▶ [YOUR ASSIGNMENT] From the data underneath, reproduce exactly the stretch that begins at the line with "face PLANE(AX(P(0,0,-10),D(0,0,1),D(1,0,0))) rev ~[e9]" and ends after the line with "The same part".

▶ [TASK INPUTS]
+--
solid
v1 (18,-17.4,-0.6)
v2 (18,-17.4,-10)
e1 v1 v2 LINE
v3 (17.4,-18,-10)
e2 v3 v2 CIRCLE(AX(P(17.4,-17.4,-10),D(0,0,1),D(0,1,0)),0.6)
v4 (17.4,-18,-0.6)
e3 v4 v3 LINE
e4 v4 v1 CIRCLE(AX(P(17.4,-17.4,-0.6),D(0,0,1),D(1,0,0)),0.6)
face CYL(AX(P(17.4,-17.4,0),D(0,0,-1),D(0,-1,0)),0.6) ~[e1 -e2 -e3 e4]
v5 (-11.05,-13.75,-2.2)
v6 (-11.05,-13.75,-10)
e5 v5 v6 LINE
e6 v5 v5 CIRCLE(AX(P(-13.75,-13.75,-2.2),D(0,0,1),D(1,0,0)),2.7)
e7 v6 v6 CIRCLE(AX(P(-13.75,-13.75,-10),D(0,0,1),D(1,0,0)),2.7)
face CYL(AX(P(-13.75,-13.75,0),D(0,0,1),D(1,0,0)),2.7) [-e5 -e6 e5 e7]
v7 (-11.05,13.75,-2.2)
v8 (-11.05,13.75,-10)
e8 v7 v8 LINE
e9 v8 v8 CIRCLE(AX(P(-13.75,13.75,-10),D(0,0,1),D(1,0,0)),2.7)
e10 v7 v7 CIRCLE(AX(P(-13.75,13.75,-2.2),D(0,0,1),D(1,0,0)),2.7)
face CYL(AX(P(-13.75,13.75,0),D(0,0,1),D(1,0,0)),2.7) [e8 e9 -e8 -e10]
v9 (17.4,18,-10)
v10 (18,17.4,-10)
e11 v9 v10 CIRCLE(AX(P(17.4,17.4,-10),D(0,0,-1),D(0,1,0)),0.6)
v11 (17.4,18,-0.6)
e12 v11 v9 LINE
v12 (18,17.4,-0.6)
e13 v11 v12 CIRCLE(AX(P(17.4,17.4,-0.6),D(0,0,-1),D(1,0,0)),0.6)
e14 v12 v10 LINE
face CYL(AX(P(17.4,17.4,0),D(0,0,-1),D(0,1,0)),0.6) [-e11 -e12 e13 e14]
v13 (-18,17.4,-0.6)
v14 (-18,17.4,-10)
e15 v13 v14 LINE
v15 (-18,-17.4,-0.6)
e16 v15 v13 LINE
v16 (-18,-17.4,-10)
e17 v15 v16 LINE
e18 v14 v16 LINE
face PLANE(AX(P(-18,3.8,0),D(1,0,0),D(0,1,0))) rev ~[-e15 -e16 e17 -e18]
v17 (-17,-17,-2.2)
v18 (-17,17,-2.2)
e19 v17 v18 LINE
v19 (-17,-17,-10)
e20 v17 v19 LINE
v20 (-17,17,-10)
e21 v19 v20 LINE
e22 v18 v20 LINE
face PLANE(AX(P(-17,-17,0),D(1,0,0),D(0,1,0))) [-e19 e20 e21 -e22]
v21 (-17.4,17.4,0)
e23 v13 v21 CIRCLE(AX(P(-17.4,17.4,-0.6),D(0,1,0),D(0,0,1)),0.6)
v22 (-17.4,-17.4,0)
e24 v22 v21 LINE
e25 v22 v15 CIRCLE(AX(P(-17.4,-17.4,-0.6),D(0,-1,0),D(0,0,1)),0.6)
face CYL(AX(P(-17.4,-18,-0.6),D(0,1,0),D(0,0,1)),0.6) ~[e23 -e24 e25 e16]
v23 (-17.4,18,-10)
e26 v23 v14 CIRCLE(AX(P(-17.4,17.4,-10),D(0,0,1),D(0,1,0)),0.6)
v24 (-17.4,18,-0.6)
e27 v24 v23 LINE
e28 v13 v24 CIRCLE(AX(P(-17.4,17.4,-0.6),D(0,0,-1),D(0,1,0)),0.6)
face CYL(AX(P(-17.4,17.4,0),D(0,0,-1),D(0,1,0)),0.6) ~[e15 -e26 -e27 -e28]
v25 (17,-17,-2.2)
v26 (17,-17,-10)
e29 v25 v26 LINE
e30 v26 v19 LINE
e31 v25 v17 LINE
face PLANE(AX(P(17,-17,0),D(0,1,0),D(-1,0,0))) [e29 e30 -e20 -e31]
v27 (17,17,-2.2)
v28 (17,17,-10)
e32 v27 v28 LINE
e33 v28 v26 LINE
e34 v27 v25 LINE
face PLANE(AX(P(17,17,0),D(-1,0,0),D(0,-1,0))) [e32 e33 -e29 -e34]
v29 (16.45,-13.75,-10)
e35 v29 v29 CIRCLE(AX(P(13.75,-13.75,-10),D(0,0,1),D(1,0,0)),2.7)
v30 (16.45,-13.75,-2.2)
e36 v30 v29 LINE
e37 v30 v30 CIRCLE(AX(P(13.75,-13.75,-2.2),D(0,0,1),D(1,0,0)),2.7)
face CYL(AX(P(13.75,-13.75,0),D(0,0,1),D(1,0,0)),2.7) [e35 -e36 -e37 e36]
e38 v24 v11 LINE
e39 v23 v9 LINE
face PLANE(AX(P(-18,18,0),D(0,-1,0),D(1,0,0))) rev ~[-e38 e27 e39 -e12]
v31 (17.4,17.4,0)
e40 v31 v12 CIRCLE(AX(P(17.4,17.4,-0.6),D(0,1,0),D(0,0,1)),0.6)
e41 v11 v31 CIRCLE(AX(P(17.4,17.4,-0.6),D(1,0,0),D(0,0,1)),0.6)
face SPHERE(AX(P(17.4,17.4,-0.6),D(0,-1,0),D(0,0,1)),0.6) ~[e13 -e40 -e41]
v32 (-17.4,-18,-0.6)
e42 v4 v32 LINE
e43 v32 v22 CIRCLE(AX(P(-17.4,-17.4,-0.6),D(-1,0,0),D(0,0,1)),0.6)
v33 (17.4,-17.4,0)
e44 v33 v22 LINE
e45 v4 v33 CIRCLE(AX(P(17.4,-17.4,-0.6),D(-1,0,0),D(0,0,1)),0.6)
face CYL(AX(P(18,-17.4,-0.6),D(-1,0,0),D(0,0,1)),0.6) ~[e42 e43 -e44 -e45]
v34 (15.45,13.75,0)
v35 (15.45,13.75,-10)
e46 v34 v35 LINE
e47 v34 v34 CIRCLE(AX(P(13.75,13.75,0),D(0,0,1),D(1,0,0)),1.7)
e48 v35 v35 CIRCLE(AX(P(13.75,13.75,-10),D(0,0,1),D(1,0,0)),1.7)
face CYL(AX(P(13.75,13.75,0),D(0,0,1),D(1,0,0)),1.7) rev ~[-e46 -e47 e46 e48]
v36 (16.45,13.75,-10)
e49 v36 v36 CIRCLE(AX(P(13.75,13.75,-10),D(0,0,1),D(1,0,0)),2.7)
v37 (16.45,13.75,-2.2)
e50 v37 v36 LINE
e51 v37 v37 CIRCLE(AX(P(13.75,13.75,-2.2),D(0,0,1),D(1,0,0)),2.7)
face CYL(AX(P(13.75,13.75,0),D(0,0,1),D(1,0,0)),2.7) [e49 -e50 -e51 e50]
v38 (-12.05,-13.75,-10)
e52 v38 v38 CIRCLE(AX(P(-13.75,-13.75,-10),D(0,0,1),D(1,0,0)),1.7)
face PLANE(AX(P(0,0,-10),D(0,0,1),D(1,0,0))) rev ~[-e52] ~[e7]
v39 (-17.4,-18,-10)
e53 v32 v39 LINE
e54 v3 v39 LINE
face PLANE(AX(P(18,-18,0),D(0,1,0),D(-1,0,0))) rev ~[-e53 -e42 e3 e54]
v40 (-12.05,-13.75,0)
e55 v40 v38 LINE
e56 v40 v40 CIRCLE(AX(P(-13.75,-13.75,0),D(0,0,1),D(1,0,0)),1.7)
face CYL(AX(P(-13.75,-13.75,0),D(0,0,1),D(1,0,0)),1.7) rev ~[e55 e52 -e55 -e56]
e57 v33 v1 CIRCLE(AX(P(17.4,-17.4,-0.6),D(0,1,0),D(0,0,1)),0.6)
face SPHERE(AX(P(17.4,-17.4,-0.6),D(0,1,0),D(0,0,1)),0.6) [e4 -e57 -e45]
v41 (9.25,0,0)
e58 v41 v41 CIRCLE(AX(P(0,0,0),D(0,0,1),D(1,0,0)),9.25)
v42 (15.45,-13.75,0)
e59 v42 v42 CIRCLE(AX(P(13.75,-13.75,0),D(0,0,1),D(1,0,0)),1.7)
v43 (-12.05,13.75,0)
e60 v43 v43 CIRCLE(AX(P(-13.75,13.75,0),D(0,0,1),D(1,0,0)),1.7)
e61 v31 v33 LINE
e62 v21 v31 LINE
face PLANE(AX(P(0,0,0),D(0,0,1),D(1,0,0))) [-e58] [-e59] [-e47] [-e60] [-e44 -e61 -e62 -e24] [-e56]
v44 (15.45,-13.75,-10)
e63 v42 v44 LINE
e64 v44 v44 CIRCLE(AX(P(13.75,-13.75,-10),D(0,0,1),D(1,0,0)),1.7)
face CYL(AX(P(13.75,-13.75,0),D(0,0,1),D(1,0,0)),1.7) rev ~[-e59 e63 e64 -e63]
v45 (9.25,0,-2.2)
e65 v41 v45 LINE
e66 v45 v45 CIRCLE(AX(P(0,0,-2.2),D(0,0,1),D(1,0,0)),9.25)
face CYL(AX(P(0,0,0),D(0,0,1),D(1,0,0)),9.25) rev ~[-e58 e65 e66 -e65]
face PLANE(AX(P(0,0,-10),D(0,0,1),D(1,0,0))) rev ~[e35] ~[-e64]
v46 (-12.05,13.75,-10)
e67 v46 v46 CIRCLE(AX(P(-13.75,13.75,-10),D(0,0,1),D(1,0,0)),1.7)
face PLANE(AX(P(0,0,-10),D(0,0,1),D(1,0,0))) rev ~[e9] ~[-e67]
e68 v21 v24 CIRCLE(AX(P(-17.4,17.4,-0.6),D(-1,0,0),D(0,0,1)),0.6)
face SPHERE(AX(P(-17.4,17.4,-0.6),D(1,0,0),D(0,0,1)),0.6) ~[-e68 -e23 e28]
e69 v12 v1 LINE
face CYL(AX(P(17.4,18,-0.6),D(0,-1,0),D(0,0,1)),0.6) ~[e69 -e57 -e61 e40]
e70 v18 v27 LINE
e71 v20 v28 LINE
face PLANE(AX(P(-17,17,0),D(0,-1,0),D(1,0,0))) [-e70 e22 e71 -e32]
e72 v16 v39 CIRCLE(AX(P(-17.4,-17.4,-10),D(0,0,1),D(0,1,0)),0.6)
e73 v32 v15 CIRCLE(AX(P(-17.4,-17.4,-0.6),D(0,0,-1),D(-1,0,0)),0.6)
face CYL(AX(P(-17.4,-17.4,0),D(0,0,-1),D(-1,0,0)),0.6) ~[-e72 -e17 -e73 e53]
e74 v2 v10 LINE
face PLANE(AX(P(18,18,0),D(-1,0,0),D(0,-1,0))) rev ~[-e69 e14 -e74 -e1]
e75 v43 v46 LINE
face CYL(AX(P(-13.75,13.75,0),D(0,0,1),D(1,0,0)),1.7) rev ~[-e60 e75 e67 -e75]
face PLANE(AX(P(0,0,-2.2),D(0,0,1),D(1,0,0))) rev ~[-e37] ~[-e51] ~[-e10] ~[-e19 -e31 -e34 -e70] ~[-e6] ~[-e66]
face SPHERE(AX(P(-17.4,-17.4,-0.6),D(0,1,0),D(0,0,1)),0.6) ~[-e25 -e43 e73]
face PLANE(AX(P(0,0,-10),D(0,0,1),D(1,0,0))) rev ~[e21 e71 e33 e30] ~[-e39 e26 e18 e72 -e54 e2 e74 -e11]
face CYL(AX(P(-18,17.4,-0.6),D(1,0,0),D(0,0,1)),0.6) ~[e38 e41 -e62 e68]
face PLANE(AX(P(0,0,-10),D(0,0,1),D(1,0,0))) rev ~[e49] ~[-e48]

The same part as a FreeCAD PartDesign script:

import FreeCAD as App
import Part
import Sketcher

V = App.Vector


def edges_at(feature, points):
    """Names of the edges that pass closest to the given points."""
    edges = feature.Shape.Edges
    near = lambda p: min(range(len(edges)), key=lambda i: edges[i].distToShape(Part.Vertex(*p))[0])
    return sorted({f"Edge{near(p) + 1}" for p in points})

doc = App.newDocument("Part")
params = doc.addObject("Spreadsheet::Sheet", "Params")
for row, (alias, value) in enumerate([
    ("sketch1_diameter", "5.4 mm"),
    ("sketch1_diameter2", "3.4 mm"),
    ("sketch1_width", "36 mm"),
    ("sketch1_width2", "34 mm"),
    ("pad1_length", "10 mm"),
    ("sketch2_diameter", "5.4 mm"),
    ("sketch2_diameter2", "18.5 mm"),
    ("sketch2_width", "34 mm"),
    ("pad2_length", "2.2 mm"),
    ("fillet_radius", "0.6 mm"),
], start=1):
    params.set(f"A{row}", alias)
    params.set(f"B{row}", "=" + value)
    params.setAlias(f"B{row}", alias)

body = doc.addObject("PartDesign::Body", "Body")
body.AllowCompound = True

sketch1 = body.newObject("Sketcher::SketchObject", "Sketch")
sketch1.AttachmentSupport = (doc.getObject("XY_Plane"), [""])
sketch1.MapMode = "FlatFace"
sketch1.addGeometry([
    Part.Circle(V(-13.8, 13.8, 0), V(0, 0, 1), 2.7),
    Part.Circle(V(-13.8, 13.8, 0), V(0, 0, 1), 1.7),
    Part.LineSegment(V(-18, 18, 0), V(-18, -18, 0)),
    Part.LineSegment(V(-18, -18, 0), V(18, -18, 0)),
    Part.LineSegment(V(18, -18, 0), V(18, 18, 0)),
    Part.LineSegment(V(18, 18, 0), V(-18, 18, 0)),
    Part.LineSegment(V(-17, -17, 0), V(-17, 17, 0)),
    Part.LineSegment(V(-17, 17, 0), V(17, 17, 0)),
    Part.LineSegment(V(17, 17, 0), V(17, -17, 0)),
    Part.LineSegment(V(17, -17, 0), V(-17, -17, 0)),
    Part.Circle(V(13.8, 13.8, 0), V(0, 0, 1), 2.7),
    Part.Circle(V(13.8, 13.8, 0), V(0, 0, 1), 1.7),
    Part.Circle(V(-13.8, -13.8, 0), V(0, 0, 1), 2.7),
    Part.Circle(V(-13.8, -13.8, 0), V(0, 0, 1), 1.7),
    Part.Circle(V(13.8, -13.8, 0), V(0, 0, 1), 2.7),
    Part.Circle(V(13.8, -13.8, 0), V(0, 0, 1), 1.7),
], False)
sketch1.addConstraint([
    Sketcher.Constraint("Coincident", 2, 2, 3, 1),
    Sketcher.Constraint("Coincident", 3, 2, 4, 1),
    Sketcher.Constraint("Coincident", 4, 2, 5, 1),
+--
▶ [REPLY TO THE TASK]
face PLANE(AX(P(0,0,-10),D(0,0,1),D(1,0,0))) rev ~[e9] ~[-e67]
e68 v21 v24 CIRCLE(AX(P(-17.4,17.4,-0.6),D(-1,0,0),D(0,0,1)),0.6)
face SPHERE(AX(P(-17.4,17.4,-0.6),D(1,0,0),D(0,0,1)),0.6) ~[-e68 -e23 e28]
e69 v12 v1 LINE
face CYL(AX(P(17.4,18,-0.6),D(0,-1,0),D(0,0,1)),0.6) ~[e69 -e57 -e61 e40]
e70 v18 v27 LINE
e71 v20 v28 LINE
face PLANE(AX(P(-17,17,0),D(0,-1,0),D(1,0,0))) [-e70 e22 e71 -e32]
e72 v16 v39 CIRCLE(AX(P(-17.4,-17.4,-10),D(0,0,1),D(0,1,0)),0.6)
e73 v32 v15 CIRCLE(AX(P(-17.4,-17.4,-0.6),D(0,0,-1),D(-1,0,0)),0.6)
face CYL(AX(P(-17.4,-17.4,0),D(0,0,-1),D(-1,0,0)),0.6) ~[-e72 -e17 -e73 e53]
e74 v2 v10 LINE
face PLANE(AX(P(18,18,0),D(-1,0,0),D(0,-1,0))) rev ~[-e69 e14 -e74 -e1]
e75 v43 v46 LINE
face CYL(AX(P(-13.75,13.75,0),D(0,0,1),D(1,0,0)),1.7) rev ~[-e60 e75 e67 -e75]
face PLANE(AX(P(0,0,-2.2),D(0,0,1),D(1,0,0))) rev ~[-e37] ~[-e51] ~[-e10] ~[-e19 -e31 -e34 -e70] ~[-e6] ~[-e66]
face SPHERE(AX(P(-17.4,-17.4,-0.6),D(0,1,0),D(0,0,1)),0.6) ~[-e25 -e43 e73]
face PLANE(AX(P(0,0,-10),D(0,0,1),D(1,0,0))) rev ~[e21 e71 e33 e30] ~[-e39 e26 e18 e72 -e54 e2 e74 -e11]
face CYL(AX(P(-18,17.4,-0.6),D(1,0,0),D(0,0,1)),0.6) ~[e38 e41 -e62 e68]
face PLANE(AX(P(0,0,-10),D(0,0,1),D(1,0,0))) rev ~[e49] ~[-e48]

The same part as a FreeCAD PartDesign script:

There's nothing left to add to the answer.